▶ _Listed entries_:
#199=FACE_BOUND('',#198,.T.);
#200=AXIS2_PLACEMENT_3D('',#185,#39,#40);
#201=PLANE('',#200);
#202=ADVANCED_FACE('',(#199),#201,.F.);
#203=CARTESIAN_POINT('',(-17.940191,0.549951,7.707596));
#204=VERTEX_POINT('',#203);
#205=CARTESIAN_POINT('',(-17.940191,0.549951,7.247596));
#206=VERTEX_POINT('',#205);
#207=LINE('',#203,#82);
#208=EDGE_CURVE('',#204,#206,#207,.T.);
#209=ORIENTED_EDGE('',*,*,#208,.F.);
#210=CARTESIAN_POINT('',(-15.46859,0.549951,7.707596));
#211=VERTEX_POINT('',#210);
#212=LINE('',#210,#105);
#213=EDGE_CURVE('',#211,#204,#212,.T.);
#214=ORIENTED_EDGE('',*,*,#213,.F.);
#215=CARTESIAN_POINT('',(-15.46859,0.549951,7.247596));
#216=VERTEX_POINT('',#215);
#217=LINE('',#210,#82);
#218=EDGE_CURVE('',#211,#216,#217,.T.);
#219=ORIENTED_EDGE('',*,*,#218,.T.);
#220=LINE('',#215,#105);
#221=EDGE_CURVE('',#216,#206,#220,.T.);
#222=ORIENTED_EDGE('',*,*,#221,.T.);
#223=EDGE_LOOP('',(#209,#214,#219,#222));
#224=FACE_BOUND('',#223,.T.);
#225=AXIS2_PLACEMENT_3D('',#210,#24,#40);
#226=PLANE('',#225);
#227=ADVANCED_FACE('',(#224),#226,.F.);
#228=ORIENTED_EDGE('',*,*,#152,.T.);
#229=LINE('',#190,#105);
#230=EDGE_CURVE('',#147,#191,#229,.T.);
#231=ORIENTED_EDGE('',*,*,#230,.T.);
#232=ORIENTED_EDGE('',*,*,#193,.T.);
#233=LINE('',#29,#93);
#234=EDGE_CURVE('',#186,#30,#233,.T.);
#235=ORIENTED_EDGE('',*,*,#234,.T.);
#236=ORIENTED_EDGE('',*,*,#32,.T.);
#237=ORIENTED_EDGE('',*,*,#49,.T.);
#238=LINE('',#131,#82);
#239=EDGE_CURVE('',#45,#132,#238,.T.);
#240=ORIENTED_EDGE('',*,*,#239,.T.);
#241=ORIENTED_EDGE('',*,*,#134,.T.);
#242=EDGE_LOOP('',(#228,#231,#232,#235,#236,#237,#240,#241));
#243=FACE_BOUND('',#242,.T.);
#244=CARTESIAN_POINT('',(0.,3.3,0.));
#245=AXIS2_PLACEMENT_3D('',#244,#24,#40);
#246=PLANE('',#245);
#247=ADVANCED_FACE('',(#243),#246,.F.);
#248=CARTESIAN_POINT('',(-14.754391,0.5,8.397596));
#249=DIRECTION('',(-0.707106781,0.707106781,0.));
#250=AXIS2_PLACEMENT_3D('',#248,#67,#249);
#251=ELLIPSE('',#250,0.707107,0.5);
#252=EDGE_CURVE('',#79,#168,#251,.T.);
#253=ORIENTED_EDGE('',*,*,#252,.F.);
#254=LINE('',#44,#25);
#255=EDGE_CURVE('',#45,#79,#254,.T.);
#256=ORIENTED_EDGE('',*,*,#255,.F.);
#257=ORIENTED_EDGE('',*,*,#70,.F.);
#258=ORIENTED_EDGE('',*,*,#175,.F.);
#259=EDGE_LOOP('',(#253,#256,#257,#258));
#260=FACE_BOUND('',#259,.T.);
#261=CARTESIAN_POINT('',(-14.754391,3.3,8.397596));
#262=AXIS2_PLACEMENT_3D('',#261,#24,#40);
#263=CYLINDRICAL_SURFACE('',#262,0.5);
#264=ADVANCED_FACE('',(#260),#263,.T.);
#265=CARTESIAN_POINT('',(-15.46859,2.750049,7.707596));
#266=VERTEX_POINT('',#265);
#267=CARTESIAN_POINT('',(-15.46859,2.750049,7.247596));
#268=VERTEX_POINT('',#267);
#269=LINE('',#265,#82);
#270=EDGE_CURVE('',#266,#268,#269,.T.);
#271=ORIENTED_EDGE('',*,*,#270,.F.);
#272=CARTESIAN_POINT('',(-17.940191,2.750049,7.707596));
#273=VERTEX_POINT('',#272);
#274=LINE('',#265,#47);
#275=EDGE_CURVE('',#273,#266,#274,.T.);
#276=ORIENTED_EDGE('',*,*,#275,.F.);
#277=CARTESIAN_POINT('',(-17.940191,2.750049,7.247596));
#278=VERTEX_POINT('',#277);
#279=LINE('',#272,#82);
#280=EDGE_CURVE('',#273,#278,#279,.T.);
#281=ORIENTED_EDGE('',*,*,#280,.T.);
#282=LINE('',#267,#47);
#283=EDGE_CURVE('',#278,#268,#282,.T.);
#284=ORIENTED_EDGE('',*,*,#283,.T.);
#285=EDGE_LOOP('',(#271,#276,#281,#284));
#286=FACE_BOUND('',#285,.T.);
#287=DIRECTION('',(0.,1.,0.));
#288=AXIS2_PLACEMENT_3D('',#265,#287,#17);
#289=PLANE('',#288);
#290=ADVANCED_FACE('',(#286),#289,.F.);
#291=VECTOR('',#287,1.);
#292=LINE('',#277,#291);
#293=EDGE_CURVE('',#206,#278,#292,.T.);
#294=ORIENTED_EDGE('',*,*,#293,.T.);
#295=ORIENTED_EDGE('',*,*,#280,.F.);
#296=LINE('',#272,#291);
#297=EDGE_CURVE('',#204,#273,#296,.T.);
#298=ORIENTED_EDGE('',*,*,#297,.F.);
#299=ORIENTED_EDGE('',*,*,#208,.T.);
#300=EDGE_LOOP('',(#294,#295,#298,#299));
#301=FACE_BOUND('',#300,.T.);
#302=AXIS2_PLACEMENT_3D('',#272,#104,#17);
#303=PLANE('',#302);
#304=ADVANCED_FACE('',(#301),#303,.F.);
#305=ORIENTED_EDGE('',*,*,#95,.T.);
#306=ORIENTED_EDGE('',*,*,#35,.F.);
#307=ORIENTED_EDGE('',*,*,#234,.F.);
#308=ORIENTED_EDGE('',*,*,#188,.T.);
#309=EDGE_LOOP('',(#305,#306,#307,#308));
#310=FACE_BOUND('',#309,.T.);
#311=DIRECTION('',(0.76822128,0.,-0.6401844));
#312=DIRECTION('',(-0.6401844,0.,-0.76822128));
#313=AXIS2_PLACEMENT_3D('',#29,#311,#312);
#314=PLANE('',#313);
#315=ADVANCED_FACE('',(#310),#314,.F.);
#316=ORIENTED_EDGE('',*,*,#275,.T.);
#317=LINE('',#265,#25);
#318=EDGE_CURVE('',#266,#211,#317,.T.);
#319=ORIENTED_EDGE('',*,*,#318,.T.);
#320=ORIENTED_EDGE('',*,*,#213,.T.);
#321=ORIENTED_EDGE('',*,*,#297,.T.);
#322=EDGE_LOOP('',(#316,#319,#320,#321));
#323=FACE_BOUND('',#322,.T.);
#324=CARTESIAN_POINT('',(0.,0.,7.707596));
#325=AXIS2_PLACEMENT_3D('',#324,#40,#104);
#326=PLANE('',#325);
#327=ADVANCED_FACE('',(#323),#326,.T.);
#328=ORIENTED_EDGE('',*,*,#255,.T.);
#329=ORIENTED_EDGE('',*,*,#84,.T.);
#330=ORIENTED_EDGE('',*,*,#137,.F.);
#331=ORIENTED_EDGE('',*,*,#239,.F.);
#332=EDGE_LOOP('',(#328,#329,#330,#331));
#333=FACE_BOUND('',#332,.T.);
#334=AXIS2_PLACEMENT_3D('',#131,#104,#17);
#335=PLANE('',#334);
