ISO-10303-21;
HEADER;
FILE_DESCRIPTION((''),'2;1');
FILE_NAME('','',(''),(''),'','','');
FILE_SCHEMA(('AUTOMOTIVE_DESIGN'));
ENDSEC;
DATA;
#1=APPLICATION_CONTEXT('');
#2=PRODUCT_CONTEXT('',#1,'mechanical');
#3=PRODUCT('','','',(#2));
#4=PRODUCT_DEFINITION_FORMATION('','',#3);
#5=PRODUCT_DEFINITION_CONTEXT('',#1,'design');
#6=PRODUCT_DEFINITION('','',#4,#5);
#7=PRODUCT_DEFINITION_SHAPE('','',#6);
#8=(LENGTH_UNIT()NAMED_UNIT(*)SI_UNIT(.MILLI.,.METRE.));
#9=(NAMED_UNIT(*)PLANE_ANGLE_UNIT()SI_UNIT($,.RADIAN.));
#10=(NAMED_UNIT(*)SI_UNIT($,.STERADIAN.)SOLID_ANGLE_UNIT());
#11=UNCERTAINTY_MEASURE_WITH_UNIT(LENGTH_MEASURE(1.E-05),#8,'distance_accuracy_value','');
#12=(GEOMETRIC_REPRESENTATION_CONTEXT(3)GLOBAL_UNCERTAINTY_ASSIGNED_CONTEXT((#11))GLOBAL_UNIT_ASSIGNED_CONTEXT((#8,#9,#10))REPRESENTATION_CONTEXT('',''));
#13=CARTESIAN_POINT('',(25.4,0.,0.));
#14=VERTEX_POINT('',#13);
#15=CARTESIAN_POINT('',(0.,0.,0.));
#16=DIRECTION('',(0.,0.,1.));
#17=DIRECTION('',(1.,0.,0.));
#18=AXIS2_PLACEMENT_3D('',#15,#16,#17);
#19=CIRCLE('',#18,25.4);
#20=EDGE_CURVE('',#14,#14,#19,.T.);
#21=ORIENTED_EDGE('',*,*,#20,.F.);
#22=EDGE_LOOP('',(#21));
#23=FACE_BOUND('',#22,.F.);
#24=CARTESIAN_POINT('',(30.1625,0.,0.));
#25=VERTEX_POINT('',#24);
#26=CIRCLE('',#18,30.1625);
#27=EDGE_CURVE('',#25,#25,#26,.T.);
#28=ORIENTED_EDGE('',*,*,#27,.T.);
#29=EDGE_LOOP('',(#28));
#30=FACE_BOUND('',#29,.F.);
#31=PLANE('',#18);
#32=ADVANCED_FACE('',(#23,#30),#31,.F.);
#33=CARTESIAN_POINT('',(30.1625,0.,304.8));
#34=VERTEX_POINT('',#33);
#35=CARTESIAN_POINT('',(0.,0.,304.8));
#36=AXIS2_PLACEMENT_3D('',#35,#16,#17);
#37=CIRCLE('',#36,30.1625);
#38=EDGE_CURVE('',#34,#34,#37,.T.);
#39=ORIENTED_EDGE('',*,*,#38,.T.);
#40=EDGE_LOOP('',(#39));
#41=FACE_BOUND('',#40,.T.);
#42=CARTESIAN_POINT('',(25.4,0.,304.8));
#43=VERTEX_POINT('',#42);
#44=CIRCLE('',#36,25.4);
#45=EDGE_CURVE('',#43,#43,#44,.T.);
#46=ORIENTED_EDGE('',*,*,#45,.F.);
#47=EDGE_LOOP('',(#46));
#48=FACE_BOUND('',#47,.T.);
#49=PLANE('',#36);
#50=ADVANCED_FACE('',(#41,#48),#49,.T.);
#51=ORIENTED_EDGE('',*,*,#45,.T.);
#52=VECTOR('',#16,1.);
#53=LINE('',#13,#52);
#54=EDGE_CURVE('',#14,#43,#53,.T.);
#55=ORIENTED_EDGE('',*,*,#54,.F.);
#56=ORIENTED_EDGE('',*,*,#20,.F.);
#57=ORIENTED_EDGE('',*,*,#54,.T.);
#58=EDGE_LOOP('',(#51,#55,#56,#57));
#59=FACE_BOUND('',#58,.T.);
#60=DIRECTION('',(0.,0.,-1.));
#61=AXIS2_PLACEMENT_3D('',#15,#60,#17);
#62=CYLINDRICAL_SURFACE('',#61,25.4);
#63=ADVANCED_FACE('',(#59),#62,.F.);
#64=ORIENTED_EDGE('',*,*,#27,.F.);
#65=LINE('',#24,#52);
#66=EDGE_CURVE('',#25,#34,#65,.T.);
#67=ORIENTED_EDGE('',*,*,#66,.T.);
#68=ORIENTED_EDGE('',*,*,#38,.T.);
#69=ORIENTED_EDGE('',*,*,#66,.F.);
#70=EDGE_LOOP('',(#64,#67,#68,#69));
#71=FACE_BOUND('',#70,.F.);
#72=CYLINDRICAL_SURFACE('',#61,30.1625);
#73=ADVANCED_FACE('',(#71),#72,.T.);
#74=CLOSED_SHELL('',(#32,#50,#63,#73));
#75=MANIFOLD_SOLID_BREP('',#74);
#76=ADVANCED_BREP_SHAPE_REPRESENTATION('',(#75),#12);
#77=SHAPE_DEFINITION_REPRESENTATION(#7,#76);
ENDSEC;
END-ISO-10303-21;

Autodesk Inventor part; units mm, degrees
ref_plane "YZ Plane" through (0, 0, 0) normal (1, 0, 0) x (0, 1, 0)
ref_plane "XZ Plane" through (0, 0, 0) normal (0, 1, 0) x (-1, 0, 0)
ref_plane "XY Plane" through (0, 0, 0) normal (0, 0, 1) x (1, 0, 0)
sketch "Sketch1" plane through (0, 0, 0) normal (0, 0, 1) x (1, 0, 0)
  circle A0 centre (0, 0) radius 25.4
  circle A1 centre (0, 0) radius 30.1625
  dimension "d0" = 50.8
  dimension "d1" = 60.325
extrude "Extrusion1" add sketch "Sketch1" along normal blind 304.8
properties part number "Generic 1ft Segment" material "PVC-Piping"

▶ _Activity_:
With the line that has "#22=EDGE_LOOP('',(#21));" as the first and the line that has "#71=FACE_BOUND('',#70,.F.);" as the last, repeat exactly that run of lines above and no more.

▶ _Response area_:
#22=EDGE_LOOP('',(#21));
#23=FACE_BOUND('',#22,.F.);
#24=CARTESIAN_POINT('',(30.1625,0.,0.));
#25=VERTEX_POINT('',#24);
#26=CIRCLE('',#18,30.1625);
#27=EDGE_CURVE('',#25,#25,#26,.T.);
#28=ORIENTED_EDGE('',*,*,#27,.T.);
#29=EDGE_LOOP('',(#28));
#30=FACE_BOUND('',#29,.F.);
#31=PLANE('',#18);
#32=ADVANCED_FACE('',(#23,#30),#31,.F.);
#33=CARTESIAN_POINT('',(30.1625,0.,304.8));
#34=VERTEX_POINT('',#33);
#35=CARTESIAN_POINT('',(0.,0.,304.8));
#36=AXIS2_PLACEMENT_3D('',#35,#16,#17);
#37=CIRCLE('',#36,30.1625);
#38=EDGE_CURVE('',#34,#34,#37,.T.);
#39=ORIENTED_EDGE('',*,*,#38,.T.);
#40=EDGE_LOOP('',(#39));
#41=FACE_BOUND('',#40,.T.);
#42=CARTESIAN_POINT('',(25.4,0.,304.8));
#43=VERTEX_POINT('',#42);
#44=CIRCLE('',#36,25.4);
#45=EDGE_CURVE('',#43,#43,#44,.T.);
#46=ORIENTED_EDGE('',*,*,#45,.F.);
#47=EDGE_LOOP('',(#46));
#48=FACE_BOUND('',#47,.T.);
#49=PLANE('',#36);
#50=ADVANCED_FACE('',(#41,#48),#49,.T.);
#51=ORIENTED_EDGE('',*,*,#45,.T.);
#52=VECTOR('',#16,1.);
#53=LINE('',#13,#52);
#54=EDGE_CURVE('',#14,#43,#53,.T.);
#55=ORIENTED_EDGE('',*,*,#54,.F.);
#56=ORIENTED_EDGE('',*,*,#20,.F.);
#57=ORIENTED_EDGE('',*,*,#54,.T.);
#58=EDGE_LOOP('',(#51,#55,#56,#57));
#59=FACE_BOUND('',#58,.T.);
#60=DIRECTION('',(0.,0.,-1.));
#61=AXIS2_PLACEMENT_3D('',#15,#60,#17);
#62=CYLINDRICAL_SURFACE('',#61,25.4);
#63=ADVANCED_FACE('',(#59),#62,.F.);
#64=ORIENTED_EDGE('',*,*,#27,.F.);
#65=LINE('',#24,#52);
#66=EDGE_CURVE('',#25,#34,#65,.T.);
#67=ORIENTED_EDGE('',*,*,#66,.T.);
#68=ORIENTED_EDGE('',*,*,#38,.T.);
#69=ORIENTED_EDGE('',*,*,#66,.F.);
#70=EDGE_LOOP('',(#64,#67,#68,#69));
#71=FACE_BOUND('',#70,.F.);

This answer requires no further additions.